Answer: Let \( n \), \( n + 1 \) and \( n + 2 \) be three consecutive positive integers
Also, we know that a positive integer n is of the form \( 3q \), \( 3q + 1 \) or \( 3q + 2 \)
Case I: When \( n = 3q \)
Here n is clearly divisible by 3.
But (\( n + 1 \)) and (\( n + 2 \)) are not divisible by 3.
[When (\( n + 1 \)) is divided by 3, remainder is 1 and when (\( n + 2 \)) is divided by 3, the remainder is 2]

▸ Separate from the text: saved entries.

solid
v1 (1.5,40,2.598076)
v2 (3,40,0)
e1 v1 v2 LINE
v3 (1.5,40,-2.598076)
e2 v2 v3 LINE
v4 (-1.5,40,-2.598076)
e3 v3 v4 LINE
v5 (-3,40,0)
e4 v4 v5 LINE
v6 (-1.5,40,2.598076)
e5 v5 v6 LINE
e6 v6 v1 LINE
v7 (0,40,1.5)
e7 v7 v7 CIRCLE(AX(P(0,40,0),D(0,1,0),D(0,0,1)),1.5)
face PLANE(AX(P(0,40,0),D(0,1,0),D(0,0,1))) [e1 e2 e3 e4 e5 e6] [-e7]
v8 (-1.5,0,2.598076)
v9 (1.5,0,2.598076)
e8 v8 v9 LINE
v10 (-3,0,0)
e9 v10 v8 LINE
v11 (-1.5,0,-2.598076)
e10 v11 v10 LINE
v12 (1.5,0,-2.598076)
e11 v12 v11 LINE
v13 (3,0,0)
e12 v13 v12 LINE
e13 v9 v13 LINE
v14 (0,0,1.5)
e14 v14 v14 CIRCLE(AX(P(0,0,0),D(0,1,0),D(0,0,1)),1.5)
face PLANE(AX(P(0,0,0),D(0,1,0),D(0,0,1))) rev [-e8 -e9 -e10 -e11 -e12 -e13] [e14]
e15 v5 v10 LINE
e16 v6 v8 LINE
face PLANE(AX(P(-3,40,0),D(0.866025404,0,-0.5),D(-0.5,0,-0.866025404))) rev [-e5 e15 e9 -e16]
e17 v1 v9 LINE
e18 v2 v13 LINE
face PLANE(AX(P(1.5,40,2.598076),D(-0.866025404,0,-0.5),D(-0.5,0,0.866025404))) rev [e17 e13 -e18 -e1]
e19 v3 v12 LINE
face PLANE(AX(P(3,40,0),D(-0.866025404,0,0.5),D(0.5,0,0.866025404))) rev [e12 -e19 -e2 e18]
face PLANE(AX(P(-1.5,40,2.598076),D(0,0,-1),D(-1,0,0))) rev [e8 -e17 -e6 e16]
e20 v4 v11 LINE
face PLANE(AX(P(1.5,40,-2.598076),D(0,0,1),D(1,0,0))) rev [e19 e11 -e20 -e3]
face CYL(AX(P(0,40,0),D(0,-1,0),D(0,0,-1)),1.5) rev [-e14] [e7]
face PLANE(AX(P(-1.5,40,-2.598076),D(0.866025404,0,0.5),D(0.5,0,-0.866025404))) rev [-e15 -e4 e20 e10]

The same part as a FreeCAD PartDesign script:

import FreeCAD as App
import Part
import Sketcher
from FreeCAD import Vector
Q = App.Units.Quantity

doc = App.newDocument("Part")
body = doc.addObject("PartDesign::Body", "Body")

# Sketch on XZ plane
sketch1 = body.newObject("Sketcher::SketchObject", "Sketch")
sketch1.AttachmentSupport = (doc.getObject("XZ_Plane"), [""])
sketch1.MapMode = "FlatFace"
sketch1.addGeometry([
    Part.LineSegment(Vector(3, 0, 0), Vector(1.5, -2.598076, 0)),  # 0
    Part.LineSegment(Vector(1.5, -2.598076, 0), Vector(-1.5, -2.598076, 0)),  # 1
    Part.LineSegment(Vector(-1.5, -2.598076, 0), Vector(-3, 0, 0)),  # 2
    Part.LineSegment(Vector(-3, 0, 0), Vector(-1.5, 2.598076, 0)),  # 3
    Part.LineSegment(Vector(-1.5, 2.598076, 0), Vector(1.5, 2.598076, 0)),  # 4
    Part.LineSegment(Vector(1.5, 2.598076, 0), Vector(3, 0, 0)),  # 5
    Part.Circle(Vector(0, 0, 0), Vector(0, 0, 1), 1.5),  # 6
], False)
sketch1.addConstraint([
    Sketcher.Constraint("Coincident", 0, 2, 1, 1),
    Sketcher.Constraint("Coincident", 1, 2, 2, 1),
    Sketcher.Constraint("Coincident", 2, 2, 3, 1),
    Sketcher.Constraint("Coincident", 3, 2, 4, 1),
    Sketcher.Constraint("Coincident", 4, 2, 5, 1),
    Sketcher.Constraint("Coincident", 5, 2, 0, 1),
    Sketcher.Constraint("Horizontal", 1),
    Sketcher.Constraint("Horizontal", 4),
    Sketcher.Constraint("Coincident", 6, 3, -1, 1),
    Sketcher.Constraint("Symmetric", 0, 2, 3, 2, -1, 1),
    Sketcher.Constraint("Symmetric", 2, 2, 5, 2, -1, 1),
    Sketcher.Constraint("PointOnObject", 2, 2, -1),
    Sketcher.Constraint("Parallel", 2, 5),
    Sketcher.Constraint("Vertical", 1, 2, 3, 2),
    Sketcher.Constraint("Diameter", 6, 3.0),
    Sketcher.Constraint("DistanceX", 1, 2, 1, 1, 3.0),
    Sketcher.Constraint("Angle", 0, Q("-120 deg")),
    Sketcher.Constraint("Distance", 0, 3.0),
])
pad1 = body.newObject("PartDesign::Pad", "Pad")
pad1.Profile = sketch1
pad1.Length = 40
pad1.Reversed = True

doc.recompute()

Case II: When \( n = 3q + 1 \)
Here \( n + 2 = 3q + 3 = 3(q + 1) \)
Clearly, it is divisible by 3.
But \( n \) and (\( n + 1 \)) are not divisible by 3.

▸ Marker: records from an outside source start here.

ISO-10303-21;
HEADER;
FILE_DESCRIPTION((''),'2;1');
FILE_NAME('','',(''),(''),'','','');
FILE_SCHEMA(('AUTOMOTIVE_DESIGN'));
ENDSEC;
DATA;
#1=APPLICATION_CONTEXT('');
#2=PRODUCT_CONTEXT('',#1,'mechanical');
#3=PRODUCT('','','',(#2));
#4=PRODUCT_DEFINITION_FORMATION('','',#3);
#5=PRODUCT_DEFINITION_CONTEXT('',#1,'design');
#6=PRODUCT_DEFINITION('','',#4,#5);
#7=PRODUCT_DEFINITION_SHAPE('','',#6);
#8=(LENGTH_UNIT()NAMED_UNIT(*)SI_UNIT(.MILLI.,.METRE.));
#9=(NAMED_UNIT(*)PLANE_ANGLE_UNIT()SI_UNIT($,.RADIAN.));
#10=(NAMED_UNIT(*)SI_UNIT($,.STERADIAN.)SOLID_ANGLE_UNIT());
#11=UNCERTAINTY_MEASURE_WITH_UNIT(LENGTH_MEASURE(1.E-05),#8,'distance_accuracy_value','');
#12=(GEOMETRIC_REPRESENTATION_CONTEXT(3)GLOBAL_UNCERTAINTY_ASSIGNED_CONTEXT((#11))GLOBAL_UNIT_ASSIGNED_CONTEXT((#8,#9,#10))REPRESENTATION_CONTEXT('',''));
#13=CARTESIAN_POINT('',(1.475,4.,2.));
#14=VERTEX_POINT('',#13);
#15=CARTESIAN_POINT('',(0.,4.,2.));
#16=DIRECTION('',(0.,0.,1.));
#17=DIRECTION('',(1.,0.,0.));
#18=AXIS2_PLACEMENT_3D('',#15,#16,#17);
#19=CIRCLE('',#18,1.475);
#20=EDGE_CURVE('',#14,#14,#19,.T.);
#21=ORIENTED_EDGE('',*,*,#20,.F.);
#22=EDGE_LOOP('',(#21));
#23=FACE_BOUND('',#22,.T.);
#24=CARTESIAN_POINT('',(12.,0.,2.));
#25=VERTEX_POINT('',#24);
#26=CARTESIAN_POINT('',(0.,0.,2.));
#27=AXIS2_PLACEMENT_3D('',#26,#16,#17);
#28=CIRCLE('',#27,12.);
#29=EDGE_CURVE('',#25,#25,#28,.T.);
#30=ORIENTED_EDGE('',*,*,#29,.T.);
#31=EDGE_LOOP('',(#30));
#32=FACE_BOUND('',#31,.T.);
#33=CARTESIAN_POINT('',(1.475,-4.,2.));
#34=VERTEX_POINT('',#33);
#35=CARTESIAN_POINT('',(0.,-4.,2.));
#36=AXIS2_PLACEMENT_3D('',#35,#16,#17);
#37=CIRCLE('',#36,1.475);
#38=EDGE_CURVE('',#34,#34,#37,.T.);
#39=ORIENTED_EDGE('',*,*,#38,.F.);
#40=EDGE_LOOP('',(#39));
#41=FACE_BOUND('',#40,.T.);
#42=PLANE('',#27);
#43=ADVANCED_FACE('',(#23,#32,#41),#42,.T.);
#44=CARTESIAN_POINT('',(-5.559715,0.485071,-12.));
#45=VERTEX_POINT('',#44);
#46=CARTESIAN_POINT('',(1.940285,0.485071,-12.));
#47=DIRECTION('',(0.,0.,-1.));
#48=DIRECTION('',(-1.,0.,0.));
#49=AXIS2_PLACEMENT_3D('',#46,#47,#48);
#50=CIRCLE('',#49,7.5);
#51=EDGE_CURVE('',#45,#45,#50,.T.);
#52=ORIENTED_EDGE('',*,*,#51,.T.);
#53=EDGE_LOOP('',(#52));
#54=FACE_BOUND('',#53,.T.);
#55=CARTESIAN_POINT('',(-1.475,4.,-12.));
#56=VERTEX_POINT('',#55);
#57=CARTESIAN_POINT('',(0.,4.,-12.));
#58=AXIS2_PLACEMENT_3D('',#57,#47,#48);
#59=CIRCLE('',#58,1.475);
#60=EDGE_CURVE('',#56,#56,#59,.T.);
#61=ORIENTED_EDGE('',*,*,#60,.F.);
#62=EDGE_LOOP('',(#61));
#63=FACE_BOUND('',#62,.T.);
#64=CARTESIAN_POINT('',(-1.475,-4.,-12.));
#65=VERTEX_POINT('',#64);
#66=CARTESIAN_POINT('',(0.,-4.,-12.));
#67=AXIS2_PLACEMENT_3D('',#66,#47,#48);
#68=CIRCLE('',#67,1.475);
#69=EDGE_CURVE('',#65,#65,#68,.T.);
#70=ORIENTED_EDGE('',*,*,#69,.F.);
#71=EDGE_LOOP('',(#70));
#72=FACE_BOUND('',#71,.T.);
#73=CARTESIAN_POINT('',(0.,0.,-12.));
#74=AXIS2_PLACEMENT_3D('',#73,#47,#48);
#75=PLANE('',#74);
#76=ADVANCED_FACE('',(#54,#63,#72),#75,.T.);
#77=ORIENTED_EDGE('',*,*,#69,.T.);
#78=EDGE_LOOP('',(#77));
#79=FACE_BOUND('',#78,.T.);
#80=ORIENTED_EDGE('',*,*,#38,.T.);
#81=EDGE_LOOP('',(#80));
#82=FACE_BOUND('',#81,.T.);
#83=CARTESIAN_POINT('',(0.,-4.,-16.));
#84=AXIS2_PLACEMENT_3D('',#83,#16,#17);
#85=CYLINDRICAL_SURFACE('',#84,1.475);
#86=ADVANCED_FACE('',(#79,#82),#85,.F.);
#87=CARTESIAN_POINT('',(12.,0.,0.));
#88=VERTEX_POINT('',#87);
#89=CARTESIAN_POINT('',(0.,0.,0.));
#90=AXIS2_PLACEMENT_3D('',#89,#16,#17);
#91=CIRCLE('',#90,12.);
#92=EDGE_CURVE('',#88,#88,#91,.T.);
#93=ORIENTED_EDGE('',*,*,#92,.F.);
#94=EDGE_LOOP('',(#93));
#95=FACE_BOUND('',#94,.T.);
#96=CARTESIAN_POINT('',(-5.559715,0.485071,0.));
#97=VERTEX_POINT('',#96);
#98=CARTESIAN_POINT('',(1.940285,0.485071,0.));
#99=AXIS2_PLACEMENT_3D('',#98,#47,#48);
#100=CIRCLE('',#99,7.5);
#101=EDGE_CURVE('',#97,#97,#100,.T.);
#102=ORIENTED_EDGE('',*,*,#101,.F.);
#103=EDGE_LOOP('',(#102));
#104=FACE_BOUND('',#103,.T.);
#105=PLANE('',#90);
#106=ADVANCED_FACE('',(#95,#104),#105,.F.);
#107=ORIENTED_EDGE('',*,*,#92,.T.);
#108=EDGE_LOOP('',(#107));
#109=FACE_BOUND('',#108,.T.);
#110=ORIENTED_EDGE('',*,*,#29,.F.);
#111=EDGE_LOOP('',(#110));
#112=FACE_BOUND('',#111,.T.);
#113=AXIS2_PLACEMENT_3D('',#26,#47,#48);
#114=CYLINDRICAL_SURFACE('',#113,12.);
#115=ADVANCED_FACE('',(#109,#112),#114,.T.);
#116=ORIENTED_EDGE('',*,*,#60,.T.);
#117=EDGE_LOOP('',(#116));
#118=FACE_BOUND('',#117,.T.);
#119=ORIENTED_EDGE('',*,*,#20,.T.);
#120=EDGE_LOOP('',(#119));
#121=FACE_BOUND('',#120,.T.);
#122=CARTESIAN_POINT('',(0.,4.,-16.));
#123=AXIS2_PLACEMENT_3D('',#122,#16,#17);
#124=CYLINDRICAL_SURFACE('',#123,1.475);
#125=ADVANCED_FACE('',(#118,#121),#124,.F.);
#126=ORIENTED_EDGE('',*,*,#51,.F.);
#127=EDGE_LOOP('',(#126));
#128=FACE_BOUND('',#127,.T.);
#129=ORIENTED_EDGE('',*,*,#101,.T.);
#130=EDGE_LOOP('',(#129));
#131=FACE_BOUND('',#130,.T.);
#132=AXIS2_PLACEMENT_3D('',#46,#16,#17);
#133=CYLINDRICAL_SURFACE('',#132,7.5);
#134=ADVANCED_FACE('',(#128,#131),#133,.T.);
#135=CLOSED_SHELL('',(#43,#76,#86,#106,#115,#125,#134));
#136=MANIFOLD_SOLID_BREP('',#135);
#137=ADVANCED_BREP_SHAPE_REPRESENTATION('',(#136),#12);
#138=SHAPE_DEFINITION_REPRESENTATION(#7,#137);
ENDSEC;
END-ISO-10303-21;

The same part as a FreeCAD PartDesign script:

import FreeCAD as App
import Part
import Sketcher

V = App.Vector
Q = App.Units.Quantity

doc = App.newDocument("Part")
body = doc.addObject("PartDesign::Body", "Body")

# Sketch on XY plane
sketch1 = doc.addObject("Sketcher::SketchObject", "Sketch")
body.addObject(sketch1)
sketch1.AttachmentSupport = (doc.XY_Plane, [""])
sketch1.MapMode = "FlatFace"
sketch1.addGeometry(Part.Circle(V(0, 0, 0), V(0, 0, 1), 12), False)
sketch1.addConstraint([
    Sketcher.Constraint("Coincident", 0, 3, -1, 1),
    Sketcher.Constraint("Diameter", 0, Q("24 mm")),
])
pad1 = doc.addObject("PartDesign::Pad", "Pad")
body.addObject(pad1)
pad1.Profile = sketch1
pad1.Length = 2

# Sketch on XY plane
sketch2 = doc.addObject("Sketcher::SketchObject", "Sketch001")
body.addObject(sketch2)
sketch2.AttachmentSupport = (doc.XY_Plane, [""])
sketch2.MapMode = "FlatFace"
sketch2.addGeometry(Part.Circle(V(2, 0, 0), V(0, 0, 1), 8), False)
sketch2.addConstraint([
    Sketcher.Constraint("Diameter", 0, Q("15 mm")),
    Sketcher.Constraint("DistanceY", -1, 1, 0, 3, Q("0.485071 mm")),
    Sketcher.Constraint("DistanceX", -1, 1, 0, 3, Q("1.940285 mm")),
])
pad2 = doc.addObject("PartDesign::Pad", "Pad001")
body.addObject(pad2)
pad2.Profile = sketch2
pad2.Length = 12
pad2.Reversed = True

# Sketch on XY plane
sketch3 = doc.addObject("Sketcher::SketchObject", "Sketch002")
body.addObject(sketch3)
sketch3.AttachmentSupport = (doc.XY_Plane, [""])
sketch3.MapMode = "FlatFace"
sketch3.AttachmentOffset = App.Placement(V(0, 0, 2), App.Rotation())
sketch3.addGeometry([
    Part.Circle(V(0, 4, 0), V(0, 0, 1), 1.4),
    Part.Circle(V(0, -4, 0), V(0, 0, 1), 1.4),
], False)
sketch3.addConstraint([
    Sketcher.Constraint("Equal", 0, 1),
    Sketcher.Constraint("Symmetric", 0, 3, 1, 3, -1, 1),
    Sketcher.Constraint("PointOnObject", 0, 3, -2),
    Sketcher.Constraint("Diameter", 0, Q("2.7 mm")),
    Sketcher.Constraint("DistanceY", -1, 1, 0, 3, Q("4 mm")),
])
pocket1 = doc.addObject("PartDesign::Pocket", "Pocket")
body.addObject(pocket1)
pocket1.Profile = sketch3
pocket1.Type = "ThroughAll"

# Sketch on XY plane
sketch4 = doc.addObject("Sketcher::SketchObject", "Sketch003")
body.addObject(sketch4)
sketch4.AttachmentSupport = (doc.XY_Plane, [""])
sketch4.MapMode = "FlatFace"
sketch4.AttachmentOffset = App.Placement(V(0, 0, 2), App.Rotation())
sketch4.addGeometry([
    Part.Circle(V(0, 4, 0), V(0, 0, 1), 1.5),
    Part.Circle(V(0, -4, 0), V(0, 0, 1), 1.5),
], False)
sketch4.addConstraint([
    Sketcher.Constraint("Equal", 0, 1),
    Sketcher.Constraint("Symmetric", 0, 3, 1, 3, -1, 1),
    Sketcher.Constraint("PointOnObject", 0, 3, -2),
    Sketcher.Constraint("Diameter", 0, Q("2.95 mm")),
    Sketcher.Constraint("DistanceY", -1, 1, 0, 3, Q("4 mm")),
])
pocket2 = doc.addObject("PartDesign::Pocket", "Pocket001")
body.addObject(pocket2)
pocket2.Profile = sketch4
pocket2.Length = 18

doc.recompute()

Case III: when \( n = 3q + 2 \)
Here, \( n + 1 = 3q + 3 = 3(q + 1) \)
clearly, (\( n + 1 \)) is divisible by 3
But \( n \) and (\( n + 2 \)) are not divisible by 3
Hence, one of every three consecutive positive integers is divisible by 3.

Question. Prove that \( \sqrt{n} \) is not a rational number, if n is not perfect square.
Answer: Let \( \sqrt{n} \) be a rational number.
\( \therefore \sqrt{n} = \frac{p}{q} \), where \( p \) and \( q \) are co-prime integers, \( q \neq 0 \).
On squaring both sides, we get
\( \Rightarrow n = \frac{p^2}{q^2} \)
\( p^2 = nq^2 \) ...(i)
\( \Rightarrow n \) divides \( p^2 \)
[Let p be a prime number. If p divided \( a^2 \) then p divides \( a \), where a is a positive integer]
\( \Rightarrow n \) divides \( p \) ...(ii)
Let \( p = nm \), where \( m \) is any integer.
\( \Rightarrow p^2 = n^2 m^2 \)
(i) \( \Rightarrow n^2 m^2 = nq^2 \)
\( \Rightarrow q^2 = nm^2 \)
\( \Rightarrow n \) divides \( q^2 \)
\( \Rightarrow n \) divides \( q \) ...(iii)
[Let p be a prime number. If p divided \( a^2 \) then p divides \( a \), where a is a positive integer]
From (ii) and (iii), \( n \) is a common factor of both \( p \) and \( q \) which contradicts the assumption that \( p \) and \( q \) are co-prime integer.
So, our supposition is wrong, \( \sqrt{n} \) is an irrational number.

Question. The decimal expansions of some real numbers are given below. In each case, decide whether they are rational or not. If they are rational, write it in the form \( \frac{p}{q} \). What can you say about the prime factors of q?
(A) 0.140140014000140000 ...
(B) \( 0.\overline{16} \)
Answer: (A) We have, 0.140140014000140000... a non-terminating and non-repeating decimal expansion. So it is irrational. It cannot be written in the form of \( \frac{p}{q} \).
(B) We have, \( 0.\overline{16} \) a non-terminating but repeating decimal expansion. So it is rational.
Let \( x = 0.\overline{16} \)
Then, \( x = 0.1616... \) ...(i)
\( 100x = 16.1616 \) ...(ii)
On subtracting (i) from (ii), we get
\( 100x - x = 16.1616 - 0.1616 \)
\( \Rightarrow 99x = 16 \Rightarrow x = \frac{16}{99} \)
The denominator (\( q \)) has factors other than 2 or 5.